When an object is fully submerged in a fluid, it pushes aside, or displaces, a volume of that fluid equal to the volume of the object itself. This is the principle of volume displacement. Understanding this concept helps explain why an object seems to lose weight when submerged.
In the original exercise, a piece of metal is immersed in water, causing the water to exert an upward force that can be measured. This force is directly related to the volume of water displaced by the metal.

• The displaced water takes up space, and the amount of volume it occupies equals the volume of the object.
• This displaced volume can be determined from the increase in the scale's weight reading.

Recognizing how volume displacement works is critical to solve the exercise, as it allows us to relate physical object volume to measurable forces.

Buoyant Force Calculation

Buoyant force is the net upward force experienced by an object submerged in a fluid. This force is a result of pressures exerted by the fluid and increases with the density of the fluid and the volume of the object submerged. When you subtract the apparent weight of the object when submerged from its weight in air, you can find the buoyant force.
In the exercise, calculating the change in scale reading from 2.30 N to 2.75 N gives us the buoyant force:

• The scale reads higher by 0.45 N when the metal is dipped into the water.
• This increase matches the buoyant force acting upward on the metal.
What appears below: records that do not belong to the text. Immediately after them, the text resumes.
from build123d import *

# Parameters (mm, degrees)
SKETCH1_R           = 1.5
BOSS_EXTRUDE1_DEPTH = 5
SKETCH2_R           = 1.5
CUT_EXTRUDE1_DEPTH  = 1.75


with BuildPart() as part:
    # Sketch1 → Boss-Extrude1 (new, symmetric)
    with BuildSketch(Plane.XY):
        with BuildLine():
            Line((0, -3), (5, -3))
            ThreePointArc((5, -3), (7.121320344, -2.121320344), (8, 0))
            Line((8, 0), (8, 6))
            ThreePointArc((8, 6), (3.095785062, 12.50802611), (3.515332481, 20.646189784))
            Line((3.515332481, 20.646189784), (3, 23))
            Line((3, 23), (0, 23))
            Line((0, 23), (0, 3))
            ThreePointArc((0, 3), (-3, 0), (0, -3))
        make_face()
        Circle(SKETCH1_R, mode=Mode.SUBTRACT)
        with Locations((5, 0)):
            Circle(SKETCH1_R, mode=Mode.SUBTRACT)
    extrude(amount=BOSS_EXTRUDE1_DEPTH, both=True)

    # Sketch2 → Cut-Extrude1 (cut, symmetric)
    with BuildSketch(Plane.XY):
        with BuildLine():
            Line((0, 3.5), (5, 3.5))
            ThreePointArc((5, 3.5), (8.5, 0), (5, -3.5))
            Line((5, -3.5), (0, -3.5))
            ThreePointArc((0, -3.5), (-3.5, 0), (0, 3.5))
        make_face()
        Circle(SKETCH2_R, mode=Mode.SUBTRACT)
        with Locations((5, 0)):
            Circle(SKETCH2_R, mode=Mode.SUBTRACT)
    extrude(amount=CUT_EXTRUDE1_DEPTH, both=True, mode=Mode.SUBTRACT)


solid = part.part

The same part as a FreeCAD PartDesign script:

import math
import FreeCAD as App
import Part
import Sketcher

V = App.Vector

doc = App.newDocument("Part")
body = doc.addObject("PartDesign::Body", "Body")

# Sketch on XY plane
sketch1 = body.newObject("Sketcher::SketchObject", "Sketch")
sketch1.AttachmentSupport = (doc.getObject("XY_Plane"), [""])
sketch1.MapMode = "FlatFace"
sketch1.addGeometry(Part.LineSegment(V(0, -3, 0), V(5, -3, 0)), False)
sketch1.addGeometry(Part.ArcOfCircle(Part.Circle(V(5, 0, 0), V(0, 0, 1), 3), math.radians(-90), math.radians(0)), False)
sketch1.addGeometry(Part.LineSegment(V(8, 0, 0), V(8, 6, 0)), False)
sketch1.addGeometry(Part.ArcOfCircle(Part.Circle(V(14.5, 16, 0), V(0, 0, 1), 11.9), math.radians(157), math.radians(237)), False)
sketch1.addGeometry(Part.LineSegment(V(3.5, 20.6, 0), V(3, 23, 0)), False)
sketch1.addGeometry(Part.LineSegment(V(3, 23, 0), V(0, 23, 0)), False)
sketch1.addGeometry(Part.LineSegment(V(0, 23, 0), V(0, 3, 0)), False)
sketch1.addGeometry(Part.ArcOfCircle(Part.Circle(V(0, 0, 0), V(0, 0, 1), 3), math.radians(90), math.radians(270)), False)
sketch1.addGeometry(Part.Circle(V(0, 0, 0), V(0, 0, 1), 1.5), False)
sketch1.addGeometry(Part.Circle(V(5, 0, 0), V(0, 0, 1), 1.5), False)
sketch1.addConstraint(Sketcher.Constraint("Tangent", 0, 2, 1, 1))
sketch1.addConstraint(Sketcher.Constraint("Tangent", 1, 2, 2, 1))
sketch1.addConstraint(Sketcher.Constraint("Coincident", 2, 2, 3, 2))
sketch1.addConstraint(Sketcher.Constraint("Coincident", 3, 1, 4, 1))
sketch1.addConstraint(Sketcher.Constraint("Coincident", 4, 2, 5, 1))
sketch1.addConstraint(Sketcher.Constraint("Coincident", 5, 2, 6, 1))
sketch1.addConstraint(Sketcher.Constraint("Coincident", 6, 2, 7, 1))
sketch1.addConstraint(Sketcher.Constraint("Tangent", 7, 2, 0, 1))
sketch1.addConstraint(Sketcher.Constraint("Horizontal", 0))
sketch1.addConstraint(Sketcher.Constraint("Vertical", 2))
sketch1.addConstraint(Sketcher.Constraint("Horizontal", 5))
sketch1.addConstraint(Sketcher.Constraint("Vertical", 6))
sketch1.addConstraint(Sketcher.Constraint("Coincident", 7, 3, -1, 1))
sketch1.addConstraint(Sketcher.Constraint("Coincident", 8, 3, -1, 1))
sketch1.addConstraint(Sketcher.Constraint("Coincident", 9, 3, 1, 3))
sketch1.addConstraint(Sketcher.Constraint("Equal", 1, 7))
sketch1.addConstraint(Sketcher.Constraint("Equal", 8, 9))
sketch1.addConstraint(Sketcher.Constraint("PointOnObject", 5, 2, -2))
sketch1.addConstraint(Sketcher.Constraint("Diameter", 8, 3.0))
sketch1.addConstraint(Sketcher.Constraint("Radius", 1, 3.0))
sketch1.addConstraint(Sketcher.Constraint("DistanceX", 0, 1, 0, 2, 5.0))
sketch1.addConstraint(Sketcher.Constraint("DistanceX", 5, 2, 5, 1, 3.0))
sketch1.addConstraint(Sketcher.Constraint("DistanceY", 2, 1, 2, 2, 6.0))
sketch1.addConstraint(Sketcher.Constraint("DistanceY", 6, 2, 6, 1, 20.0))
sketch1.addConstraint(Sketcher.Constraint("DistanceY", -1, 1, 3, 3, 16.0))
sketch1.addConstraint(Sketcher.Constraint("DistanceX", -1, 1, 3, 3, 14.5))
sketch1.addConstraint(Sketcher.Constraint("DistanceY", -1, 1, 3, 1, 20.64619))
pad1 = body.newObject("PartDesign::Pad", "Pad")
pad1.Profile = sketch1
pad1.Length = 10
pad1.Midplane = True

# Sketch on XY plane
sketch2 = body.newObject("Sketcher::SketchObject", "Sketch001")
sketch2.AttachmentSupport = (doc.getObject("XY_Plane"), [""])
sketch2.MapMode = "FlatFace"
sketch2.addGeometry(Part.LineSegment(V(5, 3.5, 0), V(0, 3.5, 0)), False)
sketch2.addGeometry(Part.ArcOfCircle(Part.Circle(V(0, 0, 0), V(0, 0, 1), 3.5), math.radians(90), math.radians(270)), False)
sketch2.addGeometry(Part.LineSegment(V(0, -3.5, 0), V(5, -3.5, 0)), False)
sketch2.addGeometry(Part.ArcOfCircle(Part.Circle(V(5, 0, 0), V(0, 0, 1), 3.5), math.radians(-90), math.radians(90)), False)
sketch2.addGeometry(Part.Circle(V(5, 0, 0), V(0, 0, 1), 1.5), False)
sketch2.addGeometry(Part.Circle(V(0, 0, 0), V(0, 0, 1), 1.5), False)
sketch2.addConstraint(Sketcher.Constraint("Tangent", 0, 2, 1, 1))
sketch2.addConstraint(Sketcher.Constraint("Tangent", 1, 2, 2, 1))
sketch2.addConstraint(Sketcher.Constraint("Tangent", 2, 2, 3, 1))
sketch2.addConstraint(Sketcher.Constraint("Tangent", 3, 2, 0, 1))
sketch2.addConstraint(Sketcher.Constraint("Horizontal", 0))
sketch2.addConstraint(Sketcher.Constraint("Horizontal", 2))
sketch2.addConstraint(Sketcher.Constraint("Coincident", 1, 3, -1, 1))
sketch2.addConstraint(Sketcher.Constraint("Coincident", 5, 3, -1, 1))
sketch2.addConstraint(Sketcher.Constraint("Coincident", 4, 3, 3, 3))
sketch2.addConstraint(Sketcher.Constraint("Equal", 4, 5))
sketch2.addConstraint(Sketcher.Constraint("Diameter", 4, 3.0))
sketch2.addConstraint(Sketcher.Constraint("Radius", 1, 3.5))
sketch2.addConstraint(Sketcher.Constraint("DistanceX", 0, 2, 0, 1, 5.0))
pocket1 = body.newObject("PartDesign::Pocket", "Pocket")
pocket1.Profile = sketch2
pocket1.Length = 3.5
pocket1.Midplane = True

doc.recompute()
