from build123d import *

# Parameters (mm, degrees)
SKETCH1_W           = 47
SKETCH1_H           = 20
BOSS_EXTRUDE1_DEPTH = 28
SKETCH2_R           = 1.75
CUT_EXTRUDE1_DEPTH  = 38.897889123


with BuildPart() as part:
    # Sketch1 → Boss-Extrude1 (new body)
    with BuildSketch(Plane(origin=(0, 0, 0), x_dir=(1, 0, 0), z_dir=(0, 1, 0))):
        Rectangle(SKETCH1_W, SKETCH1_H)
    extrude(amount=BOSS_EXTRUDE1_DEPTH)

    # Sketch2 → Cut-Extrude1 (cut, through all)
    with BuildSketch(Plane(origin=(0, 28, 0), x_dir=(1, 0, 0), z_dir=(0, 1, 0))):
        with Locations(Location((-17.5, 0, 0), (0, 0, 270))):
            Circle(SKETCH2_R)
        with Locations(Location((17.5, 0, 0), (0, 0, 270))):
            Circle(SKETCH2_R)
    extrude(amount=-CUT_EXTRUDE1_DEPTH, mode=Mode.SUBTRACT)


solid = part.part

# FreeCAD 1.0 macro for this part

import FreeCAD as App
import Part
import Sketcher
from FreeCAD import Vector


def add_polygon(sketch, points):
    """Adds a closed chain of lines whose ends are joined by coincident constraints."""
    first, n = sketch.GeometryCount, len(points)
    for a, b in zip(points, points[1:] + points[:1]):
        sketch.addGeometry(Part.LineSegment(App.Vector(*a, 0), App.Vector(*b, 0)), False)
    for i in range(n):
        sketch.addConstraint(Sketcher.Constraint("Coincident", first + i, 2, first + (i + 1) % n, 1))

doc = App.newDocument("Part")
body = doc.addObject("PartDesign::Body", "Body")

# Sketch on XZ plane
sketch1 = body.newObject("Sketcher::SketchObject", "Sketch")
sketch1.AttachmentSupport = (doc.getObject("XZ_Plane"), [""])
sketch1.MapMode = "FlatFace"
add_polygon(sketch1, [(-24, -10), (-24, 10), (24, 10), (24, -10)])  # lines 0-3
sketch1.addConstraint(Sketcher.Constraint("Vertical", 0))
sketch1.addConstraint(Sketcher.Constraint("Horizontal", 1))
sketch1.addConstraint(Sketcher.Constraint("Vertical", 2))
sketch1.addConstraint(Sketcher.Constraint("Horizontal", 3))
sketch1.addConstraint(Sketcher.Constraint("Symmetric", 0, 2, 2, 2, -1, 1))
sketch1.addConstraint(Sketcher.Constraint("DistanceX", 1, 1, 1, 2, 47.0))
sketch1.addConstraint(Sketcher.Constraint("DistanceY", 0, 1, 0, 2, 20.0))
pad1 = body.newObject("PartDesign::Pad", "Pad")
pad1.Profile = sketch1
pad1.Length = 28
pad1.Reversed = True

# Sketch on XZ plane
sketch2 = body.newObject("Sketcher::SketchObject", "Sketch001")
sketch2.AttachmentSupport = (doc.getObject("XZ_Plane"), [""])
sketch2.MapMode = "FlatFace"
sketch2.AttachmentOffset = App.Placement(Vector(0, 0, -28), App.Rotation())
sketch2.addGeometry(Part.Circle(Vector(-17.5, 0, 0), Vector(0, 0, 1), 1.8), False)
sketch2.addGeometry(Part.Circle(Vector(17.5, 0, 0), Vector(0, 0, 1), 1.8), False)
sketch2.addConstraint(Sketcher.Constraint("Equal", 0, 1))
sketch2.addConstraint(Sketcher.Constraint("Symmetric", 0, 3, 1, 3, -1, 1))
sketch2.addConstraint(Sketcher.Constraint("PointOnObject", 0, 3, -1))
sketch2.addConstraint(Sketcher.Constraint("Diameter", 0, 3.5))
sketch2.addConstraint(Sketcher.Constraint("DistanceX", 0, 3, 1, 3, 35.0))
pocket1 = body.newObject("PartDesign::Pocket", "Pocket")
pocket1.Profile = sketch2
pocket1.Type = "ThroughAll"
pocket1.Reversed = True

doc.recompute()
Formally, the buoyant force \( F_B \) is calculated using \( F_B = \rho_w g V \), where \( \rho_w \) is the density of water, \( g \) is gravitational acceleration, and \( V \) is the volume of displaced water. Plugging these values in, you solve for volume, revealing the size of the metal piece.

Newton's Third Law

Newton's Third Law states that for every action, there is an equal and opposite reaction. In the context of buoyancy, this principle explains the interaction between the weight of the displaced fluid and the object immersed in it. The weight of the fluid displaced by the object generates a buoyant force that pushes the object upwards.
In our beaker scenario:

• The weight of the water displaced by the metal (acting downward) is counterbalanced by the buoyant force (acting upward).
• The metal piece exerts a downward force on the water, and by Newton's Third Law, the water exerts an equal and opposite force on the metal.

This balancing of forces highlights how the changes in the weighing scale reflect the net force generated, ensuring the metal remains suspended but does not sink. Understanding this law is essential for grasping the underlying dynamics of buoyancy.